Auto-generated Metrics
Metrics are critical for monitoring the health and usage of your product as well as the impact of new features and experiments. Statsig automatically generates an “event_count” metric for each uniquely named custom event that you log in a production environment. This happens daily and any newly logged custom event should have an event_count metric created within 24 hours of logging their first events. This auto-generated metric consists of three elements:- Roll-up Window - Statsig computes metrics from custom events aggregated over a 24-hour day, with the hours depending on your company’s setting. These hours do not change with daylight saving time. This prevents some days from having 23 and 25 hours which can cause a +/-4% change to some metrics on a biannual basis.
- Unit Identifier - While you can record custom events with and without a unique user identifier, Statsig requires a unit identifier (usually a user_id) to track a user across multiple events and sessions to support Experiments, Pulse (experiment results), and Autotune. If you don’t have access to a user_id when logging a custom event, create a temporary identifier to track users at a session or device-level.
- Metric Value - Statsig automatically computes values for event_count, which measures the number of times an event is triggered.
Metric | Automatic | Dimensions | Possible Values | Description | Example |
---|---|---|---|---|---|
event_count | Yes | Yes | 0, 1, 2,… | Counts the number of events triggered on a given day | Number of page views |
event_dau (Legacy support as of October 16, 2024) | Yes | Yes | 0, 1 | Marks each user as 1 or 0 based on whether they triggered the event or not | Unique users who viewed a page |
Event Count Metric
Event count is the simplest metric in your Statsig Project. For every event recorded, Statsig automatically creates an event_count metric based on the number of times Statsig receives that event each day. In experiments, Statsig calculates this value for each user, and each user can have values ranging from 0, 1, 2,… etc. You will find an event_count metric for each event type that you record in the Statsig console. The name of the metric matches the name of the raw event and its metric type is marked as event_count.User Accounting Metrics
Statsig automatically derives a number of User Accounting metrics based on any exposure or custom event triggered by a user on a given day. User Accounting metrics start with a definition of a daily active user (DAU). By default, Statsig considers a user as a DAU if they trigger any event, gate check, or experiment check on a given day. A DAU is a binary designation that’s assigned to every user. A user can be either a DAU for a given day, or not (i.e. inactive). You can customize this definition of DAU to exclude or include specific exposure and custom events from your application.Metric | Automatic | Dimensions | Possible Values | Description | Example |
---|---|---|---|---|---|
user | Yes | No | Depends on specific metric | Counts users that trigger any exposure or custom event on a given day | Daily Active Users |
Auto-generated User Accounting Metrics are not supported today for data warehouse ingestions.
Metrics Catalog
The Metrics Catalog tab allows you to quickly search and tag your metrics.

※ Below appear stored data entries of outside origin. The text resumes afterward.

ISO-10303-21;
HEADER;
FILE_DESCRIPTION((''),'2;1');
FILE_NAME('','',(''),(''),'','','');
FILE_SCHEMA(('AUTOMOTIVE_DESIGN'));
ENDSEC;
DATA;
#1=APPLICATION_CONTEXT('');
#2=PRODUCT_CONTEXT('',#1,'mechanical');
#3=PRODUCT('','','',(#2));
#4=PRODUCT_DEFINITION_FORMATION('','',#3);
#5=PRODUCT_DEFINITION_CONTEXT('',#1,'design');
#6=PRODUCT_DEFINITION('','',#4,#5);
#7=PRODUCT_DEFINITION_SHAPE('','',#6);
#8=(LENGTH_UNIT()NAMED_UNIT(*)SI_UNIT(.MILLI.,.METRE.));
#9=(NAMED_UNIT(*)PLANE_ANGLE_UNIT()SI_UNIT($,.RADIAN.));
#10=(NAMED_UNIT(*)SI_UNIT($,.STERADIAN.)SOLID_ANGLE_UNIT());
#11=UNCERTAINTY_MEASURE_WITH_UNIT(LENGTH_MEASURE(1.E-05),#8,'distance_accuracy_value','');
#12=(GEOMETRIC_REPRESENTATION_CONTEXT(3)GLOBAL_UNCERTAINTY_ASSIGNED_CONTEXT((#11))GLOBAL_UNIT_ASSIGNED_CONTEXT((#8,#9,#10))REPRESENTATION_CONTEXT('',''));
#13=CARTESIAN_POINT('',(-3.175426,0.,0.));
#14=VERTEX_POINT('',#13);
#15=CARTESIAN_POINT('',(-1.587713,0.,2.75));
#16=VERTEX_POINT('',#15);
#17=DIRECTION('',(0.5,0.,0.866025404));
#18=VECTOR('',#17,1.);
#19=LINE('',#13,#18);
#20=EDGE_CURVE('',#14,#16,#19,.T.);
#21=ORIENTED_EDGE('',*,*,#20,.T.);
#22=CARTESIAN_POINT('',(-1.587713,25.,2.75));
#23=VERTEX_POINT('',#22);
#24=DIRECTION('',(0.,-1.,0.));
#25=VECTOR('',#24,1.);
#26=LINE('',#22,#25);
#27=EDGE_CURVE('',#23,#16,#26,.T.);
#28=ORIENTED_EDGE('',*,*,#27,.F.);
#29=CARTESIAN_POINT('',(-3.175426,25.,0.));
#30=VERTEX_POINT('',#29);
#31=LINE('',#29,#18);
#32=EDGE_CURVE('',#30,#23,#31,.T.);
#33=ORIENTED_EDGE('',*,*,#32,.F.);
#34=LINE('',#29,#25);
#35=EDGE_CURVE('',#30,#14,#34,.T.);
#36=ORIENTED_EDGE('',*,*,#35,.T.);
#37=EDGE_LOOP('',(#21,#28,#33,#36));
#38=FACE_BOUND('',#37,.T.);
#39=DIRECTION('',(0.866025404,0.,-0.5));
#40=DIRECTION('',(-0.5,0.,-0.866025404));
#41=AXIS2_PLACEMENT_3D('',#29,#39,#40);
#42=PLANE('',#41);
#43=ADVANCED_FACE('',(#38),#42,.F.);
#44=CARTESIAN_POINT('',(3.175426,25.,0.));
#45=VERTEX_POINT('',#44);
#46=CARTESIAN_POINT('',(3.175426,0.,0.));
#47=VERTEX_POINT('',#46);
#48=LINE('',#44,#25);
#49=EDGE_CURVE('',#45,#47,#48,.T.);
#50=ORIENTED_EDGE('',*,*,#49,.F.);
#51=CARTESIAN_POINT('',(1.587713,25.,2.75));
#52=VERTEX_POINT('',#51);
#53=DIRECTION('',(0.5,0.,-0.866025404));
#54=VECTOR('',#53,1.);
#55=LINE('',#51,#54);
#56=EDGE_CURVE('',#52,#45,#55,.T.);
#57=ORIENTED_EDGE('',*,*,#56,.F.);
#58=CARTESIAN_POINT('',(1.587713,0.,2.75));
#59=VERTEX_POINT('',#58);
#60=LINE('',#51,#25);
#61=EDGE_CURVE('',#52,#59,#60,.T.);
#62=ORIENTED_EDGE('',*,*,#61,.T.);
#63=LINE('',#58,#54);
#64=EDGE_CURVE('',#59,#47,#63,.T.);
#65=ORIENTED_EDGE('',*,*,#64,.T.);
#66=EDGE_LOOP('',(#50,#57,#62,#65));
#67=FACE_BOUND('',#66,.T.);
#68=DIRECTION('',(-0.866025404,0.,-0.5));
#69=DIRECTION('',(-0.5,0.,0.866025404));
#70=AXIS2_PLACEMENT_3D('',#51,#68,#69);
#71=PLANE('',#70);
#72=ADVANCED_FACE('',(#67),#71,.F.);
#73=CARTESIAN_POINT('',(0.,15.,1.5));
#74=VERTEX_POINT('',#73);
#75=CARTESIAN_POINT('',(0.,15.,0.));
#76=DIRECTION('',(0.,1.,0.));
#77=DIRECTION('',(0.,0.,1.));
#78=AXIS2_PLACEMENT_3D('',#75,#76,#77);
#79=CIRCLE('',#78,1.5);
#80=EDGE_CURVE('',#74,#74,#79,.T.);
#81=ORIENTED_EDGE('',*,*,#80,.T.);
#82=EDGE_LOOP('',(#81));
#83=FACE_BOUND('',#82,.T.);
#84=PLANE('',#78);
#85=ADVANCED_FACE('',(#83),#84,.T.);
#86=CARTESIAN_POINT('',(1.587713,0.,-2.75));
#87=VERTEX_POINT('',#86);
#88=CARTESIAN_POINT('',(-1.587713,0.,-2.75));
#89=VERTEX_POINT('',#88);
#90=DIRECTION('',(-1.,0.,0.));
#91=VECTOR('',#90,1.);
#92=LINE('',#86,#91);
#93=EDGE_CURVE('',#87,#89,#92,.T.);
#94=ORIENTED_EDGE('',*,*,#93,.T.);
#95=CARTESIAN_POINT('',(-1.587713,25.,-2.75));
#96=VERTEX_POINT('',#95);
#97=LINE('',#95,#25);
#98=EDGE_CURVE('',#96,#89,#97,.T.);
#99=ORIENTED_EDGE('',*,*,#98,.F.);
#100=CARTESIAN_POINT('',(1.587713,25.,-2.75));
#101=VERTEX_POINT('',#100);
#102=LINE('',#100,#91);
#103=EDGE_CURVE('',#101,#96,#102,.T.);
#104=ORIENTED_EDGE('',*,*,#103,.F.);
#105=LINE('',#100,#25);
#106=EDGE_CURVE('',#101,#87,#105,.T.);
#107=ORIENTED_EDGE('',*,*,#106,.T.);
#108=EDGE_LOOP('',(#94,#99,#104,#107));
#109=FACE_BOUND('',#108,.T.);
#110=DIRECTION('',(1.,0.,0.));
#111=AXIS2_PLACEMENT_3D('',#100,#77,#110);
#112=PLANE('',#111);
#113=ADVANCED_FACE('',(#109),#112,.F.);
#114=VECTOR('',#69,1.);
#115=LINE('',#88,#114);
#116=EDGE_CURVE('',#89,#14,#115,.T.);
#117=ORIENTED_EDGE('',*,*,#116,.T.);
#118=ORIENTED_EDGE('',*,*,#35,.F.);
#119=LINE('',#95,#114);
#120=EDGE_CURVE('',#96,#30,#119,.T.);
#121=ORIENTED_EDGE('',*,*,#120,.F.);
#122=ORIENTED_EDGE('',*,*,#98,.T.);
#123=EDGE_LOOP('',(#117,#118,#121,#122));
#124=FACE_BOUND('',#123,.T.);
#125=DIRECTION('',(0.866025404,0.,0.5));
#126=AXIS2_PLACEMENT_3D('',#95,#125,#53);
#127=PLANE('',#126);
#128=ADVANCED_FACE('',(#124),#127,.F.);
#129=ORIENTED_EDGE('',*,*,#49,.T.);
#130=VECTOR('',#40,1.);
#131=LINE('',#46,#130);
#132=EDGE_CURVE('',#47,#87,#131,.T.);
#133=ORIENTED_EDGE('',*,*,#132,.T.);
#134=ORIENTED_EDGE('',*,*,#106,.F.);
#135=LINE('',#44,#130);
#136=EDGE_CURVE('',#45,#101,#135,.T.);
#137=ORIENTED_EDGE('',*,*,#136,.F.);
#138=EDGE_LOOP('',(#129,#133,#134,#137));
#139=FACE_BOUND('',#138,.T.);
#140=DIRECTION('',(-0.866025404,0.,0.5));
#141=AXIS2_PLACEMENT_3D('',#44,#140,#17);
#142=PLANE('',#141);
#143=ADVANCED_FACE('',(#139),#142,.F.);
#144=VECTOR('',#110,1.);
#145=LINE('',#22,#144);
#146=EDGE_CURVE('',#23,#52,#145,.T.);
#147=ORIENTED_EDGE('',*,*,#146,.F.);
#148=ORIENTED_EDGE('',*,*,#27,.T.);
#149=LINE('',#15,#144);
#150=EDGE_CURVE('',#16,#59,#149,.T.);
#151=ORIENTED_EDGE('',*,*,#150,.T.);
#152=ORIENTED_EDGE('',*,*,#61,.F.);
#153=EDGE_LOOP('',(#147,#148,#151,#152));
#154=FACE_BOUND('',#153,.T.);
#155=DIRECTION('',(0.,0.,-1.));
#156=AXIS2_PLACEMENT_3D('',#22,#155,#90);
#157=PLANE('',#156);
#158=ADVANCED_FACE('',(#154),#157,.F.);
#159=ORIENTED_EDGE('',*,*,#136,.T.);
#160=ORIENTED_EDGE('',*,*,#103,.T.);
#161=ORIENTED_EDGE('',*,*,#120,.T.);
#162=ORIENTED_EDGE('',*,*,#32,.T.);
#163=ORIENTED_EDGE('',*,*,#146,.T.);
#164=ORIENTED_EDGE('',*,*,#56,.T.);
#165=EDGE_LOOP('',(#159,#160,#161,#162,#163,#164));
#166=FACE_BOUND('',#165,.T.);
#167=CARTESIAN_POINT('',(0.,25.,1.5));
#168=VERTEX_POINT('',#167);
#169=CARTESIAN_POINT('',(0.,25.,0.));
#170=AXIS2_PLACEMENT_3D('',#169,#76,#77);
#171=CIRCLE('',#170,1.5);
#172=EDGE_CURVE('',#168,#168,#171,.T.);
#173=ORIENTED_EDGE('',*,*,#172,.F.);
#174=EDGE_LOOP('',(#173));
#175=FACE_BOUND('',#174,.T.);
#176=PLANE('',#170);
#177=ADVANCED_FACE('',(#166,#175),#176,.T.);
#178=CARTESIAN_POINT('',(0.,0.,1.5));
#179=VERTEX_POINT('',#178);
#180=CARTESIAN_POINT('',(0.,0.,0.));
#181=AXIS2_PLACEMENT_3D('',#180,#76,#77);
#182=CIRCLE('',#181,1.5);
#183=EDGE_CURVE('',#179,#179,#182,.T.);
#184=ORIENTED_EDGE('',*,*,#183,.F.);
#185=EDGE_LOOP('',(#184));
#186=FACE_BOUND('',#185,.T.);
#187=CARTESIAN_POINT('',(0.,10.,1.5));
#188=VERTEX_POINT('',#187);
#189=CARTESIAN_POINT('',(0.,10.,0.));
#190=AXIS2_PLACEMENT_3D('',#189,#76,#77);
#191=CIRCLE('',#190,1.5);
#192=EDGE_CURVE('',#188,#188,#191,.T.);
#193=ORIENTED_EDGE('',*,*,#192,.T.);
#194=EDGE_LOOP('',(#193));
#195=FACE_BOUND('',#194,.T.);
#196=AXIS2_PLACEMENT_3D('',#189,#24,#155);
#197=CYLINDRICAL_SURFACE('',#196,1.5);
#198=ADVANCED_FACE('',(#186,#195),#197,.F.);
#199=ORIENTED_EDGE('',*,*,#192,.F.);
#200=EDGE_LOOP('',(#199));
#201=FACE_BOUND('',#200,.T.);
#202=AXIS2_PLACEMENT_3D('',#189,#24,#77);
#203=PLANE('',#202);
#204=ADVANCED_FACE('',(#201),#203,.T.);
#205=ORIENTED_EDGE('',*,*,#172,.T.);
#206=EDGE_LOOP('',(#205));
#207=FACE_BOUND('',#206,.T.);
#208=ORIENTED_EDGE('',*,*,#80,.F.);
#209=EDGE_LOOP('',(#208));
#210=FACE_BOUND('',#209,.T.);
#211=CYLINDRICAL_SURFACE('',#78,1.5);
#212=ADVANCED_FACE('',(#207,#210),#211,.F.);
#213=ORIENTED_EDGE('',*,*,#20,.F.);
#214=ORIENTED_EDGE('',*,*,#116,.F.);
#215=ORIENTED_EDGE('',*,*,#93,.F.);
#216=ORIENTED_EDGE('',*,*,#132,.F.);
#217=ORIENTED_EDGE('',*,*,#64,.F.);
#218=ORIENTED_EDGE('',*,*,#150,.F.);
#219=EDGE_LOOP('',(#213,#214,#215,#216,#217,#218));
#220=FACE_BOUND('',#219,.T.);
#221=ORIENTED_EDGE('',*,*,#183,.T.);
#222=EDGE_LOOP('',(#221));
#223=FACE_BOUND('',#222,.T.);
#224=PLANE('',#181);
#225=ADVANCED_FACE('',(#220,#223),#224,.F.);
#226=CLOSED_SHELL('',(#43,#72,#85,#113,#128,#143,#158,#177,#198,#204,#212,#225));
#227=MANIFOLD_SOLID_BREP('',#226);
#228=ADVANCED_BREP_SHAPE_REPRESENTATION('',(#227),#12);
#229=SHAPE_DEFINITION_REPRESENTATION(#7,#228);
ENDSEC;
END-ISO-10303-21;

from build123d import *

# Parameters (mm, degrees)
BOSS_EXTRUDE1_DEPTH = 25
SKETCH2_R           = 1.5
CUT_EXTRUDE1_DEPTH  = 10


with BuildPart() as part:
    # Sketch1 → Boss-Extrude1 (new body)
    with BuildSketch(Plane(origin=(0, 0, 0), x_dir=(1, 0, 0), z_dir=(0, 1, 0))):
        Polygon((3.175426481, 0), (1.58771324, 2.75), (-1.58771324, 2.75), (-3.175426481, 0), (-1.58771324, -2.75), (1.58771324, -2.75), align=None)
    extrude(amount=BOSS_EXTRUDE1_DEPTH)

    # Sketch2 → Cut-Extrude1 (cut)
    with BuildSketch(Plane(origin=(0, 25, 0), x_dir=(1, 0, 0), z_dir=(0, 1, 0))):
        with Locations(Location((0, 0, 0), (0, 0, 270))):
            Circle(SKETCH2_R)
    cut_extrude1 = extrude(amount=-CUT_EXTRUDE1_DEPTH, mode=Mode.SUBTRACT)

    # Mirror1: Cut-Extrude1 across plane
    add(cut_extrude1.mirror(Plane(origin=(0, 12.5, 0), x_dir=(0, 0, 1), z_dir=(0, -1, 0))), mode=Mode.SUBTRACT)


solid = part.part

Tags enable organizing your metrics and creating collections of metrics that are associated in some way. For example, you could tag a set of metrics focused on a product area, business function, or business objective. You can also create a loose collection of guardrail metrics that teams can add to every experiment to ensure they are causing no unexpected effects in other parts of the business. Once you create a tagged collection of metrics, you can easily pull up this set of metrics when viewing your experiment results and zoom into the context that you want to focus on.Event DAU Metric (Legacy Support Only)
See deprecation notice above.
Tip: Sometimes you might want a metric similar to event_dau but not normalized by a number of days. If you’re looking for a metric that measures if the user has an event over the entire duration of the experiment, try a custom metric set to metric type “Unit Count” with “One-Time Event” rollup mode.